La última novela del autor mexicano Yuri Herrera (1970) es igual de adictiva que las dos anteriores. Es la historia de un negociador dedicado a impedir “balaceras” entre clanes rivales. Ambientada en una ciudad en cuarentena, el protagonista, Alfaqueque, ejercerá de detective e intermediario, al tiempo que busca una farmacia para comprar condones y satisfacer a la insaciable Tres Veces Rubia.

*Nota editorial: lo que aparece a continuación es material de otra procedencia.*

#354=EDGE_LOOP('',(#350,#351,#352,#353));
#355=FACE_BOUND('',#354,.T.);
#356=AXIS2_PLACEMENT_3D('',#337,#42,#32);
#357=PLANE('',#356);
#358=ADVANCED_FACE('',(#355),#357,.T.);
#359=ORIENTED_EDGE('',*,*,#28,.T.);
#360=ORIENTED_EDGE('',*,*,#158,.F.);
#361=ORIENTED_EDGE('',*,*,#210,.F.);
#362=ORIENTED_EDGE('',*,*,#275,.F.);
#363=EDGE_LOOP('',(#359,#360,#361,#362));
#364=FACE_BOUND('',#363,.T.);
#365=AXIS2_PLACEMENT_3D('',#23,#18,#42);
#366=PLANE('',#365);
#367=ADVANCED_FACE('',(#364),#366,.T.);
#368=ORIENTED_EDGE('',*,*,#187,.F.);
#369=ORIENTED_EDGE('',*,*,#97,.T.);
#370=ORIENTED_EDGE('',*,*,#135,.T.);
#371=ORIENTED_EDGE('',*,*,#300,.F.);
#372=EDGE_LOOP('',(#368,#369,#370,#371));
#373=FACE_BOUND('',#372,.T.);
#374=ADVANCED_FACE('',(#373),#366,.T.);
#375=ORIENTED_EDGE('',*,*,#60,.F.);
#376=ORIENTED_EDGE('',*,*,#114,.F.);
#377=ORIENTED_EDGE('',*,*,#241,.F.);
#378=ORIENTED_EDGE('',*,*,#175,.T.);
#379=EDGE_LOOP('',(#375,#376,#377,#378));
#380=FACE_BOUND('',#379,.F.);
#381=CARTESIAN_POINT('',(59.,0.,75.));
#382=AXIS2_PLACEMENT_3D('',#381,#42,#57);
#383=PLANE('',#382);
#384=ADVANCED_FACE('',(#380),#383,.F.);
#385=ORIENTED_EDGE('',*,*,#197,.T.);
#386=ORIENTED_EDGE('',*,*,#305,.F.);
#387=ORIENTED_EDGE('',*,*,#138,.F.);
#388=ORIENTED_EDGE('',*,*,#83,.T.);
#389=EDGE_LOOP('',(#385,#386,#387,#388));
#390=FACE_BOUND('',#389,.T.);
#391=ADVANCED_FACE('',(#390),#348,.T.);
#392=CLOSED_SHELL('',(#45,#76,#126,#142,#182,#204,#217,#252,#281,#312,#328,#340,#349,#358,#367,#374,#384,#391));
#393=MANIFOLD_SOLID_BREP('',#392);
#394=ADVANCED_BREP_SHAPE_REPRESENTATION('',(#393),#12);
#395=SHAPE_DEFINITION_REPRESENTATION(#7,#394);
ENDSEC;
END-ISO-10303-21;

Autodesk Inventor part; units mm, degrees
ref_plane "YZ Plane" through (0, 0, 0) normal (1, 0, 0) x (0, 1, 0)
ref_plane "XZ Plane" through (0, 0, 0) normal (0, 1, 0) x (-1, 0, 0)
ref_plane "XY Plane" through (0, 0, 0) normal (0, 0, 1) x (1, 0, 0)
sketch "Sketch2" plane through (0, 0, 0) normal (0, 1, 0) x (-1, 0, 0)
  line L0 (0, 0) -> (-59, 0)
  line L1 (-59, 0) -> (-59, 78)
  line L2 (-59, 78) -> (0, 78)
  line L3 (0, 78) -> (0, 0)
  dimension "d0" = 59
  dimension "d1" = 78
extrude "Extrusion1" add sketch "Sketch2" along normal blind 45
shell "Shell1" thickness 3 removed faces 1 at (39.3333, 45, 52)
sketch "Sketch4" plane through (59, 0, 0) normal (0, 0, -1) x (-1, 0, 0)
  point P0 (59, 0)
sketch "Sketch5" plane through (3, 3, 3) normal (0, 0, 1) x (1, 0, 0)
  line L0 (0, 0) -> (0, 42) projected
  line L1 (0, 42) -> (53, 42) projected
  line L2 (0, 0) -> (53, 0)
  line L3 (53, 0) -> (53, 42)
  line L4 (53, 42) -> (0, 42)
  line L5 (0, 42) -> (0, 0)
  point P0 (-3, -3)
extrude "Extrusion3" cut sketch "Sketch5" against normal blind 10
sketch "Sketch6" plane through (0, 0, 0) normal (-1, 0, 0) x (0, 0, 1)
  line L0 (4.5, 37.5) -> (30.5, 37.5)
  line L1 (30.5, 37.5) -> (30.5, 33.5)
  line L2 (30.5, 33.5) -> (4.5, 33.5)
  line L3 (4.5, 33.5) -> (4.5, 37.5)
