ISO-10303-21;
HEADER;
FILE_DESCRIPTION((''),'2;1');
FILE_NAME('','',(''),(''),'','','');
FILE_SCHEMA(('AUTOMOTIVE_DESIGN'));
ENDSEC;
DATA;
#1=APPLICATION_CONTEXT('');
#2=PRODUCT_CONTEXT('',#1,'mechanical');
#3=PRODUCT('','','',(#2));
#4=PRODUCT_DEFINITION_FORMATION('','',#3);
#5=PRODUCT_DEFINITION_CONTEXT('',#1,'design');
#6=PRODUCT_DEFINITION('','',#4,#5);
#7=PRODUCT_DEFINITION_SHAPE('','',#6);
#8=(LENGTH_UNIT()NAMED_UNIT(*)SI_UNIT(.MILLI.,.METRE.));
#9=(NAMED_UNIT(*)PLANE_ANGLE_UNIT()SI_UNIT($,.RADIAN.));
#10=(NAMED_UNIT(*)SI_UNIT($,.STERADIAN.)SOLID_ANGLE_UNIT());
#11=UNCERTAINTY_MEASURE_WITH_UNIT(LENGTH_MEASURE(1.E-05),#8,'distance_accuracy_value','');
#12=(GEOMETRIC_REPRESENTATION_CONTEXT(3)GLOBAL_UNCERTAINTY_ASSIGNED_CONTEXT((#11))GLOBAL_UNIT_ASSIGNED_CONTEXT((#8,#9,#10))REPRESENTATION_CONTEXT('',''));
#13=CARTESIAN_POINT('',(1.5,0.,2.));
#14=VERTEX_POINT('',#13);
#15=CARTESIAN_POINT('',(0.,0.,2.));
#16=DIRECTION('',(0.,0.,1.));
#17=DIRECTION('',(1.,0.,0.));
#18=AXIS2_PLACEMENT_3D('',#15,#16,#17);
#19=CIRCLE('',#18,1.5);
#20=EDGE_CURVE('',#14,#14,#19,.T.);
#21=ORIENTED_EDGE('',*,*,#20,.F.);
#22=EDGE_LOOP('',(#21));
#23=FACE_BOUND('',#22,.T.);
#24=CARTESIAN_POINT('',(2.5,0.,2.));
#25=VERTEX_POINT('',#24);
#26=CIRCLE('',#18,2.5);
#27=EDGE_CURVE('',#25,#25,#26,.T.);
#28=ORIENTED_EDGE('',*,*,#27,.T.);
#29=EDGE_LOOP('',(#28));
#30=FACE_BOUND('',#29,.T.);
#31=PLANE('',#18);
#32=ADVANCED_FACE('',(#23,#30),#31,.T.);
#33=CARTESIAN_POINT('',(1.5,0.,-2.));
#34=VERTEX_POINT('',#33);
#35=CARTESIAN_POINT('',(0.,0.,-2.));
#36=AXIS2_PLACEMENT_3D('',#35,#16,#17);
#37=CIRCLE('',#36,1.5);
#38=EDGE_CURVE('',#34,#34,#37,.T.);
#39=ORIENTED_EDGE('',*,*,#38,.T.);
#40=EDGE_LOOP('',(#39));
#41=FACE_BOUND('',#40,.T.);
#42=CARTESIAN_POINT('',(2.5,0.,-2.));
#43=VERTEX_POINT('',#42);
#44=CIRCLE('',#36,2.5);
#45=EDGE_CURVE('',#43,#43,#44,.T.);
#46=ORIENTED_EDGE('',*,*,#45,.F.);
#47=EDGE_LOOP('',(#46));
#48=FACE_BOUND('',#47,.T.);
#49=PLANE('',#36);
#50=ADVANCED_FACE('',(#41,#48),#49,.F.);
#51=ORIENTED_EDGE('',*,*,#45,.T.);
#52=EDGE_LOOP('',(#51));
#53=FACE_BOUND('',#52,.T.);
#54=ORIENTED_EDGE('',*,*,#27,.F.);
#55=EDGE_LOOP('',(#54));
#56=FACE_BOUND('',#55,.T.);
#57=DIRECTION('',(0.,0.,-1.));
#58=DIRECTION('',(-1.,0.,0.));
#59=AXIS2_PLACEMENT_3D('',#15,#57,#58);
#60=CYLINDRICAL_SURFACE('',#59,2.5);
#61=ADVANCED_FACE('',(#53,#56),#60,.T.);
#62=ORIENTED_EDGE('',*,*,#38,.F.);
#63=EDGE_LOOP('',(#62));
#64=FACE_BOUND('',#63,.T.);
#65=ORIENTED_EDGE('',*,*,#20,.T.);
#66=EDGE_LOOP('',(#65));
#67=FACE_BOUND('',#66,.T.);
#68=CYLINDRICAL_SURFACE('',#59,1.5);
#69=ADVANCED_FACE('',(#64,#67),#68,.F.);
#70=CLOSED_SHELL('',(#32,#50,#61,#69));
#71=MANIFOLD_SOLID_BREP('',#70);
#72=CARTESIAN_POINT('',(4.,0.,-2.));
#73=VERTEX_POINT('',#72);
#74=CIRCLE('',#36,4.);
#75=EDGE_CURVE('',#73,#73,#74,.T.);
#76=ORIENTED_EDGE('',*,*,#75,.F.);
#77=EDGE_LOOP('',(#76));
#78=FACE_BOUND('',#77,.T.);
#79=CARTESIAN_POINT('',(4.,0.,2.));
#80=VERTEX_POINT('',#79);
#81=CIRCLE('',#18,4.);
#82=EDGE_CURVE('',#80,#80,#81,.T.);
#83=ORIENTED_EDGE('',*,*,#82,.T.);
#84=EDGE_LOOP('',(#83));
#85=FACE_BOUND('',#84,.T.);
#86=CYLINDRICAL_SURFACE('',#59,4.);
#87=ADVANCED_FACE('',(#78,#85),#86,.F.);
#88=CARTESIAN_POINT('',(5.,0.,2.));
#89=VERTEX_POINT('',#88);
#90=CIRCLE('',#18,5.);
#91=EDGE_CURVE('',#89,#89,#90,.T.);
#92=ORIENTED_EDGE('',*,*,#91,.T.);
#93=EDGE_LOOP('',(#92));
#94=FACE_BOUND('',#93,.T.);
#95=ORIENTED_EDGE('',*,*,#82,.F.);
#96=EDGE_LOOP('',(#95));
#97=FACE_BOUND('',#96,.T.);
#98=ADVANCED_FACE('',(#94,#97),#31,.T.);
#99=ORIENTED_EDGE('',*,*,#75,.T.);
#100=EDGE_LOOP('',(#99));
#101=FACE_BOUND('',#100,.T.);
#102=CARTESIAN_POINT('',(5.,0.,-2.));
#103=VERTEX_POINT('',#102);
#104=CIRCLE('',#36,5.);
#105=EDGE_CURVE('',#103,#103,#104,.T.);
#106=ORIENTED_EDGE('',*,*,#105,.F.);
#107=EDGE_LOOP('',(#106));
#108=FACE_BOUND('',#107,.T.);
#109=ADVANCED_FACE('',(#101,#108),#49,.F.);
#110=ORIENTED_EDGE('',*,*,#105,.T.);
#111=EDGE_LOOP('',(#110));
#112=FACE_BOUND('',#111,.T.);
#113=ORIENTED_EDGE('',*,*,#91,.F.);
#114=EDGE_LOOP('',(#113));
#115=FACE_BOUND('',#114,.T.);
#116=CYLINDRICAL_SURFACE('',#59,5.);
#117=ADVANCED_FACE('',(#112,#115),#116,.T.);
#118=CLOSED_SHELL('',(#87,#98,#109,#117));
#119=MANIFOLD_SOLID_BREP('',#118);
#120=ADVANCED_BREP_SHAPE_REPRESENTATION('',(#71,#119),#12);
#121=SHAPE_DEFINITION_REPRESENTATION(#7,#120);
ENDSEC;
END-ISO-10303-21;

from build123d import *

# Parameters (mm, degrees)
SKETCH_1_R      = 5
SKETCH_1_R_2    = 4
EXTRUDE_1_DEPTH = 2
SKETCH_2_R      = 2.5
SKETCH_2_R_2    = 1.5
EXTRUDE_2_DEPTH = 2


with BuildPart() as part:
    # 草图1 → 凸台-拉伸1 (new, symmetric)
    with BuildSketch(Plane.XY):
        Circle(SKETCH_1_R)
        Circle(SKETCH_1_R_2, mode=Mode.SUBTRACT)
    extrude(amount=EXTRUDE_1_DEPTH, both=True)


with BuildPart() as body_2:
    # 草图2 → 凸台-拉伸2 (new, symmetric)
    with BuildSketch(Plane.XY):
        Circle(SKETCH_2_R)
        Circle(SKETCH_2_R_2, mode=Mode.SUBTRACT)
    extrude(amount=EXTRUDE_2_DEPTH, both=True)


solid = Compound([part.part, body_2.part])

En mi opinión, en esta tercera novela Yuri Herrera muestra que su objetivo no es simplemente contar historias de las que no se olvidan, sino también hacer inventario de los usos del lenguaje. En Trabajos del reino el Artista utiliza la poesía para narrar las aventuras épicas del capo que lo acoge. En su segunda novela subyace la idea de que el lenguaje es anterior a la realidad y, por tanto, la insuficiencia de las palabras marca la desaparición del mundo, una forma peculiar de muerte en vida. Esa es la atmósfera en la que se desenvuelve la protagonista de Señales que precederán al fin del mundo. El lenguaje, en cambio, es usado para la seducción y la persuasión en La transmigración de los cuerpos. Las medias verdades sirven lo mismo para llevarse a la cama a la Tres Veces Rubia que para disponer un intercambio de cadáveres entre familias rivales. Como dice el autor: “el verbo es ergonómico”. Léase:

Ayudaba al que se dejaba ayudar. Muchas veces la gente nomás estaba esperando que alguien viniera a bajarle la bilis y a ofrecerle una manera de salirse de la pelea; y para eso es que servía ajustar el verbo. El verbo es ergonómico, decía, Sólo hay que saber calzarlo con cada persona. Una vez una hordita de adolescentes había ido a casa de los vecinos, al otro lado de la calle, a apedrear las ventanas y a patear la puerta gritando Sal a que te partamos el hocico, hijo de la chingada, por media hora sin que la tira se dignara hacer acto de presencia; fue de las primeras veces que el Alfaqueque hizo su chamba: salió, les preguntó asombrado por qué no habían logrado tirar la puerta y añadió Si quieren orita les traigo un zapapico, y eso sirvió para que todos se calmaran, porque una cosa es una cosa y otra cosa es quemar los puentes, y en cuanto vio eso, el Alfaqueque añadió O pa qué, ¿verdad?, ya ha de estar ese güey zurradísimo del miedo allá adentro, y todos se rieron y luego se fueron. Ahí aprendió el Alfaqueque que lo suyo no era tanto ser bravo como entender qué clase de audacia pedía cada brete. Ser humilde y dejar que el otro pensara que las palabras que decía eran las suyas propias. Funcionaba con los otros, pero no con él mismo. Había conocido políticos que eran capaces de creer cualquier cosa que decían con tal de que la creyeran los demás. Intentó aprenderlo, pero a él no se le olvidaban las mentiras, sobre todo las suyas. (pp. 50-51)

Un buen negociador es el que domina los matices del arte de la metáfora y su relación con la verdad. De ese conocimiento nace su poder de persuasión. Estos párrafos tienen el efecto de un poema en prosa:

Un hijuelachingada cualquiera, cualquiera, se come un pan y a eso hay que buscarle un nombre, pensó, O un alias de perdis, que es para lo que el discernimiento alcanza.
Bato desterrado alias Menonita. Bato roto alias Alfaqueque. Pobre diablo solitario alias La luz de mis ojos. Pobre mujer expoliada alias Dónde andará. Venganza alias Desquitanza. El Carajo alias No se preocupe usted. Desprecio alias Quién se acuerda. Cuánto miedo alias Yo no sé nada. Cuánto miedo alias Aquí estoy bien. Un hijuelachingada cualquiera, cualquiera, alias Su mero padre. Esto es lo que esperaba alias Ni crean que me la pueden hacer. Verbo desbravado alias La pura verdad. (p. 80)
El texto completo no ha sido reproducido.